I thought about opening the door. No psychotic killer would
employ such a phrase. Then I imagined him butchering all of
us, me asking with my dying breath, "How could you have employed
the phrase 'pestering you unannounced'?" and him responding:
"It never fails!"

*

If people saw us and didn’t know, they would have thought we
were just a normal family out driving around. Somebody might
have questioned why I, the woman, was behind the wheel, but
that wasn’t as big a problem as it had once been. The side
of the unknown man’s left shoe tapped a tune against the bump
in the floor. I wondered what he would be like when his mind
cleared up. Would he be as calm and earnest? Calm and earnest
went underestimated in the world. And maybe knowing who you
were was overestimated.
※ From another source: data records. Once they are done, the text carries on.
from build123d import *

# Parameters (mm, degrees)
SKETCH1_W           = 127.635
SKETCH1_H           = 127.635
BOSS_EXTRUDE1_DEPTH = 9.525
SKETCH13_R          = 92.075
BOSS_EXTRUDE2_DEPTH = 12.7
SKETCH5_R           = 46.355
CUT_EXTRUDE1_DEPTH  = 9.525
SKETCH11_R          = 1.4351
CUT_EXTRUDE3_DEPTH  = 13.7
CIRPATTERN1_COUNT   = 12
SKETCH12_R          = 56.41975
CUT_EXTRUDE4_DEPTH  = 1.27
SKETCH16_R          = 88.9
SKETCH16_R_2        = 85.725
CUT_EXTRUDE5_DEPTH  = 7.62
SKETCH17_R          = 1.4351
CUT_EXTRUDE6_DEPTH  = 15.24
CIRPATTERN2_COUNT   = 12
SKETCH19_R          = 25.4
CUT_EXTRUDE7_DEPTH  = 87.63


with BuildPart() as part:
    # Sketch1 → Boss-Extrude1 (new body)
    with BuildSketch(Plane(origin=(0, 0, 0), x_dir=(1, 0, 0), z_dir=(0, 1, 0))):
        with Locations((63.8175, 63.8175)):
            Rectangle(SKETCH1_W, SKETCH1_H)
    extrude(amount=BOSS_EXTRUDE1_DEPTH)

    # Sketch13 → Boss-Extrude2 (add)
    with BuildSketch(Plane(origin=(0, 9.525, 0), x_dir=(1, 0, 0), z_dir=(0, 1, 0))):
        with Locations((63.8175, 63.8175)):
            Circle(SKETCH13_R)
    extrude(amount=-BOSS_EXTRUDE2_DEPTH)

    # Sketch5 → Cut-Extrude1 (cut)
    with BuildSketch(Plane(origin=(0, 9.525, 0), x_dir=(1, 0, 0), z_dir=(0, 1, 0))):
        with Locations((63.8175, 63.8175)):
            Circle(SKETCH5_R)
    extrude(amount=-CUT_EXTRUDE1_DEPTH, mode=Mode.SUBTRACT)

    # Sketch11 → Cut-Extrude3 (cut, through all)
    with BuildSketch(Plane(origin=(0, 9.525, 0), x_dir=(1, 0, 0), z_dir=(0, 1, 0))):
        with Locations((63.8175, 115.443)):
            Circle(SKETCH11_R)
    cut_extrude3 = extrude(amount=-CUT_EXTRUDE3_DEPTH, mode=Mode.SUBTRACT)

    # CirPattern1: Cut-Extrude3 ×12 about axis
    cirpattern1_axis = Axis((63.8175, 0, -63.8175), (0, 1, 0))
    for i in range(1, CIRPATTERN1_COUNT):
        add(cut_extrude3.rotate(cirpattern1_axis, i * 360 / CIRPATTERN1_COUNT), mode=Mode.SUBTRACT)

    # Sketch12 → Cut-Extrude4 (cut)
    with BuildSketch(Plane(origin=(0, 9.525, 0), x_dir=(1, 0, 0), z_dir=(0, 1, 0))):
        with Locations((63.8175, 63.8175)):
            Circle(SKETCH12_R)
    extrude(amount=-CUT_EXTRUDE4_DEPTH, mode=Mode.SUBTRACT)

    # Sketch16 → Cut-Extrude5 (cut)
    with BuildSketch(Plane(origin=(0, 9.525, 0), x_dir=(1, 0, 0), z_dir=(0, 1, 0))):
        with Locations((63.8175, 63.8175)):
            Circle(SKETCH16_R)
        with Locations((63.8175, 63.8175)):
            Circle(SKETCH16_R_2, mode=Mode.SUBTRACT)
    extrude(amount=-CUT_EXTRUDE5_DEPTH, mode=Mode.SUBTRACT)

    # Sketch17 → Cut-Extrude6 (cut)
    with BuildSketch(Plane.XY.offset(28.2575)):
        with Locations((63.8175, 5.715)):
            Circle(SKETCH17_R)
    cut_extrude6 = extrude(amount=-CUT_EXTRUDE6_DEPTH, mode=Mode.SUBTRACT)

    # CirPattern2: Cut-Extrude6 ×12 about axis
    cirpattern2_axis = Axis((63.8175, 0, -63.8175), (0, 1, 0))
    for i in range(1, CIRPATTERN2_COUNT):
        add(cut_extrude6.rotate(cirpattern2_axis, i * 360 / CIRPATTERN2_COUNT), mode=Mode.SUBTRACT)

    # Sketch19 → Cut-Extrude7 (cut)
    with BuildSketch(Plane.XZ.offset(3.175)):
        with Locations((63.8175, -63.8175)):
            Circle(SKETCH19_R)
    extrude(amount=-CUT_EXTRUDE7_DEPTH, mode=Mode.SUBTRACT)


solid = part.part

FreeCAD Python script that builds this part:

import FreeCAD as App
import Part
import Sketcher
Q = App.Units.Quantity

doc = App.newDocument("Part")
body = doc.addObject("PartDesign::Body", "Body")

sketch1 = doc.addObject("Sketcher::SketchObject", "Sketch")
body.addObject(sketch1)
sketch1.AttachmentSupport = (doc.XZ_Plane, [""])
sketch1.MapMode = "FlatFace"
sketch1.addGeometry([
    Part.LineSegment(App.Vector(0, -128, 0), App.Vector(0, 0, 0)),
    Part.LineSegment(App.Vector(0, 0, 0), App.Vector(128, 0, 0)),
    Part.LineSegment(App.Vector(128, 0, 0), App.Vector(128, -128, 0)),
    Part.LineSegment(App.Vector(128, -128, 0), App.Vector(0, -128, 0)),
], False)
sketch1.addConstraint([
    Sketcher.Constraint("Coincident", 0, 2, 1, 1),
    Sketcher.Constraint("Coincident", 1, 2, 2, 1),
    Sketcher.Constraint("Coincident", 2, 2, 3, 1),
    Sketcher.Constraint("Coincident", 3, 2, 0, 1),
    Sketcher.Constraint("Vertical", 0),
    Sketcher.Constraint("Horizontal", 1),
    Sketcher.Constraint("Vertical", 2),
    Sketcher.Constraint("Horizontal", 3),
    Sketcher.Constraint("Coincident", 0, 2, -1, 1),
    Sketcher.Constraint("Equal", 3, 0),
    Sketcher.Constraint("DistanceX", 1, 1, 1, 2, Q("5.025 in")),
])
pad1 = doc.addObject("PartDesign::Pad", "Pad")
body.addObject(pad1)
pad1.Profile = sketch1
pad1.Length = Q("0.375 in")
pad1.Reversed = True

sketch2 = doc.addObject("Sketcher::SketchObject", "Sketch001")
body.addObject(sketch2)
sketch2.AttachmentSupport = (doc.XZ_Plane, [""])
sketch2.MapMode = "FlatFace"
sketch2.AttachmentOffset = App.Placement(App.Vector(0, 0, -0.375 * 25.4), App.Rotation())
sketch2.addGeometry(Part.Circle(App.Vector(64, -64, 0), App.Vector(0, 0, 1), 92), False)
sketch2.addConstraint([
    Sketcher.Constraint("Diameter", 0, Q("7.25 in")),
    Sketcher.Constraint("DistanceX", -1, 1, 0, 3, Q("2.5125 in")),
    Sketcher.Constraint("DistanceY", 0, 3, -1, 1, Q("2.5125 in")),
])
pad2 = doc.addObject("PartDesign::Pad", "Pad001")
body.addObject(pad2)
pad2.Profile = sketch2
pad2.Length = Q("0.5 in")

sketch3 = doc.addObject("Sketcher::SketchObject", "Sketch002")
body.addObject(sketch3)
sketch3.AttachmentSupport = (doc.XZ_Plane, [""])
sketch3.MapMode = "FlatFace"
sketch3.AttachmentOffset = App.Placement(App.Vector(0, 0, -0.375 * 25.4), App.Rotation())
sketch3.addGeometry(Part.Circle(App.Vector(64, -64, 0), App.Vector(0, 0, 1), 46), False)
sketch3.addConstraint([
    Sketcher.Constraint("Diameter", 0, Q("3.65 in")),
    Sketcher.Constraint("DistanceX", -1, 1, 0, 3, Q("2.5125 in")),
    Sketcher.Constraint("DistanceY", 0, 3, -1, 1, Q("2.5125 in")),
])
pocket1 = doc.addObject("PartDesign::Pocket", "Pocket")
body.addObject(pocket1)
pocket1.Profile = sketch3
pocket1.Length = Q("0.375 in")
pocket1.Reversed = True

sketch4 = doc.addObject("Sketcher::SketchObject", "Sketch003")
body.addObject(sketch4)
sketch4.AttachmentSupport = (doc.XZ_Plane, [""])
sketch4.MapMode = "FlatFace"
sketch4.AttachmentOffset = App.Placement(App.Vector(0, 0, -0.375 * 25.4), App.Rotation())
sketch4.addGeometry(Part.Circle(App.Vector(63.8, -115.4, 0), App.Vector(0, 0, 1), 1.4), False)
sketch4.addConstraint([
    Sketcher.Constraint("Diameter", 0, Q("0.113 in")),
    Sketcher.Constraint("DistanceY", 0, 3, -1, 1, Q("4.545 in")),
    Sketcher.Constraint("DistanceX", -1, 1, 0, 3, Q("2.5125 in")),
])
pocket2 = doc.addObject("PartDesign::Pocket", "Pocket001")
body.addObject(pocket2)
pocket2.Profile = sketch4
pocket2.Type = "ThroughAll"
pocket2.Reversed = True
doc.recompute()

datumline = doc.addObject("PartDesign::Line", "DatumLine")
body.addObject(datumline)
datumline.Placement = App.Placement(App.Vector(63.8175, 0, -63.8175), App.Rotation(App.Vector(0, 0, 1), App.Vector(0, 1, 0)))
polarpattern = doc.addObject("PartDesign::PolarPattern", "PolarPattern")
body.addObject(polarpattern)
polarpattern.Originals = [pocket2]
polarpattern.Axis = (datumline, [""])
polarpattern.Angle = 360
polarpattern.Occurrences = 12
body.Tip = polarpattern

sketch5 = doc.addObject("Sketcher::SketchObject", "Sketch004")
body.addObject(sketch5)
sketch5.AttachmentSupport = (doc.XZ_Plane, [""])
sketch5.MapMode = "FlatFace"
sketch5.AttachmentOffset = App.Placement(App.Vector(0, 0, -0.375 * 25.4), App.Rotation())
sketch5.addGeometry(Part.Circle(App.Vector(64, -64, 0), App.Vector(0, 0, 1), 56), False)
sketch5.addConstraint([
    Sketcher.Constraint("Diameter", 0, Q("4.4425 in")),
    Sketcher.Constraint("DistanceX", -1, 1, 0, 3, Q("2.5125 in")),
    Sketcher.Constraint("DistanceY", 0, 3, -1, 1, Q("2.5125 in")),
])
pocket3 = doc.addObject("PartDesign::Pocket", "Pocket002")
body.addObject(pocket3)
pocket3.Profile = sketch5
pocket3.Length = Q("0.05 in")
pocket3.Reversed = True

sketch6 = doc.addObject("Sketcher::SketchObject", "Sketch005")
body.addObject(sketch6)
sketch6.AttachmentSupport = (doc.XZ_Plane, [""])
sketch6.MapMode = "FlatFace"
sketch6.AttachmentOffset = App.Placement(App.Vector(0, 0, -0.375 * 25.4), App.Rotation())
sketch6.addGeometry([
    Part.Circle(App.Vector(64, -64, 0), App.Vector(0, 0, 1), 89),
    Part.Circle(App.Vector(64, -64, 0), App.Vector(0, 0, 1), 86),
], False)
sketch6.addConstraint([
    Sketcher.Constraint("Coincident", 1, 3, 0, 3),
    Sketcher.Constraint("Diameter", 0, Q("7 in")),
    Sketcher.Constraint("Diameter", 1, Q("6.75 in")),
    Sketcher.Constraint("DistanceX", -1, 1, 0, 3, Q("2.5125 in")),
    Sketcher.Constraint("DistanceY", 0, 3, -1, 1, Q("2.5125 in")),
])
pocket4 = doc.addObject("PartDesign::Pocket", "Pocket003")
body.addObject(pocket4)
pocket4.Profile = sketch6
pocket4.Length = Q("0.3 in")
pocket4.Reversed = True

sketch7 = doc.addObject("Sketcher::SketchObject", "Sketch006")
body.addObject(sketch7)
sketch7.AttachmentSupport = (doc.XY_Plane, [""])
sketch7.MapMode = "FlatFace"
sketch7.AttachmentOffset = App.Placement(App.Vector(0, 0, 1.1125 * 25.4), App.Rotation())
sketch7.addGeometry(Part.Circle(App.Vector(63.8, 5.7, 0), App.Vector(0, 0, 1), 1.4), False)
sketch7.addConstraint([
    Sketcher.Constraint("Diameter", 0, Q("0.113 in")),
    Sketcher.Constraint("DistanceY", -1, 1, 0, 3, Q("0.225 in")),
    Sketcher.Constraint("DistanceX", -1, 1, 0, 3, Q("2.5125 in")),
])
pocket5 = doc.addObject("PartDesign::Pocket", "Pocket004")
body.addObject(pocket5)
pocket5.Profile = sketch7
pocket5.Length = Q("0.6 in")
doc.recompute()

datumline2 = doc.addObject("PartDesign::Line", "DatumLine001")
body.addObject(datumline2)
datumline2.Placement = App.Placement(App.Vector(63.8175, 0, -63.8175), App.Rotation(App.Vector(0, 0, 1), App.Vector(0, 1, 0)))
polarpattern2 = doc.addObject("PartDesign::PolarPattern", "PolarPattern001")
body.addObject(polarpattern2)
polarpattern2.Originals = [pocket5]
polarpattern2.Axis = (datumline2, [""])
polarpattern2.Angle = 360
polarpattern2.Occurrences = 12
body.Tip = polarpattern2

sketch8 = doc.addObject("Sketcher::SketchObject", "Sketch007")
body.addObject(sketch8)
sketch8.AttachmentSupport = (doc.XZ_Plane, [""])
sketch8.MapMode = "FlatFace"
sketch8.AttachmentOffset = App.Placement(App.Vector(0, 0, 0.125 * 25.4), App.Rotation())
sketch8.addGeometry(Part.Circle(App.Vector(64, -64, 0), App.Vector(0, 0, 1), 25), False)
sketch8.addConstraint([
    Sketcher.Constraint("Diameter", 0, Q("2 in")),
    Sketcher.Constraint("DistanceX", -1, 1, 0, 3, Q("2.5125 in")),
    Sketcher.Constraint("DistanceY", 0, 3, -1, 1, Q("2.5125 in")),
])
pocket6 = doc.addObject("PartDesign::Pocket", "Pocket005")
body.addObject(pocket6)
pocket6.Profile = sketch8
pocket6.Length = Q("3.45 in")

doc.recompute()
Would he remember us helping him?
What if he were a millionaire, a billionaire, who had soured
on humanity and gone undercover to find a good person, a good
family, who would be kind to him without knowing he was rich.
I wondered what he did. I bet it had to be something that
required a thoughtful and good-natured personality. I peeked
over at him. He was watching the sights of the town go by,
as alert as a dog himself, but a calm dog. He had a kind of
a neutrality or objectivity to his cheerfulness that appealed
to me. Some lucky woman and family were missing him, and I
felt sorry for them. And envied them. And, actually, resented
them a little, for losing him in the first place and causing
this uncertainty and turbulence in our life.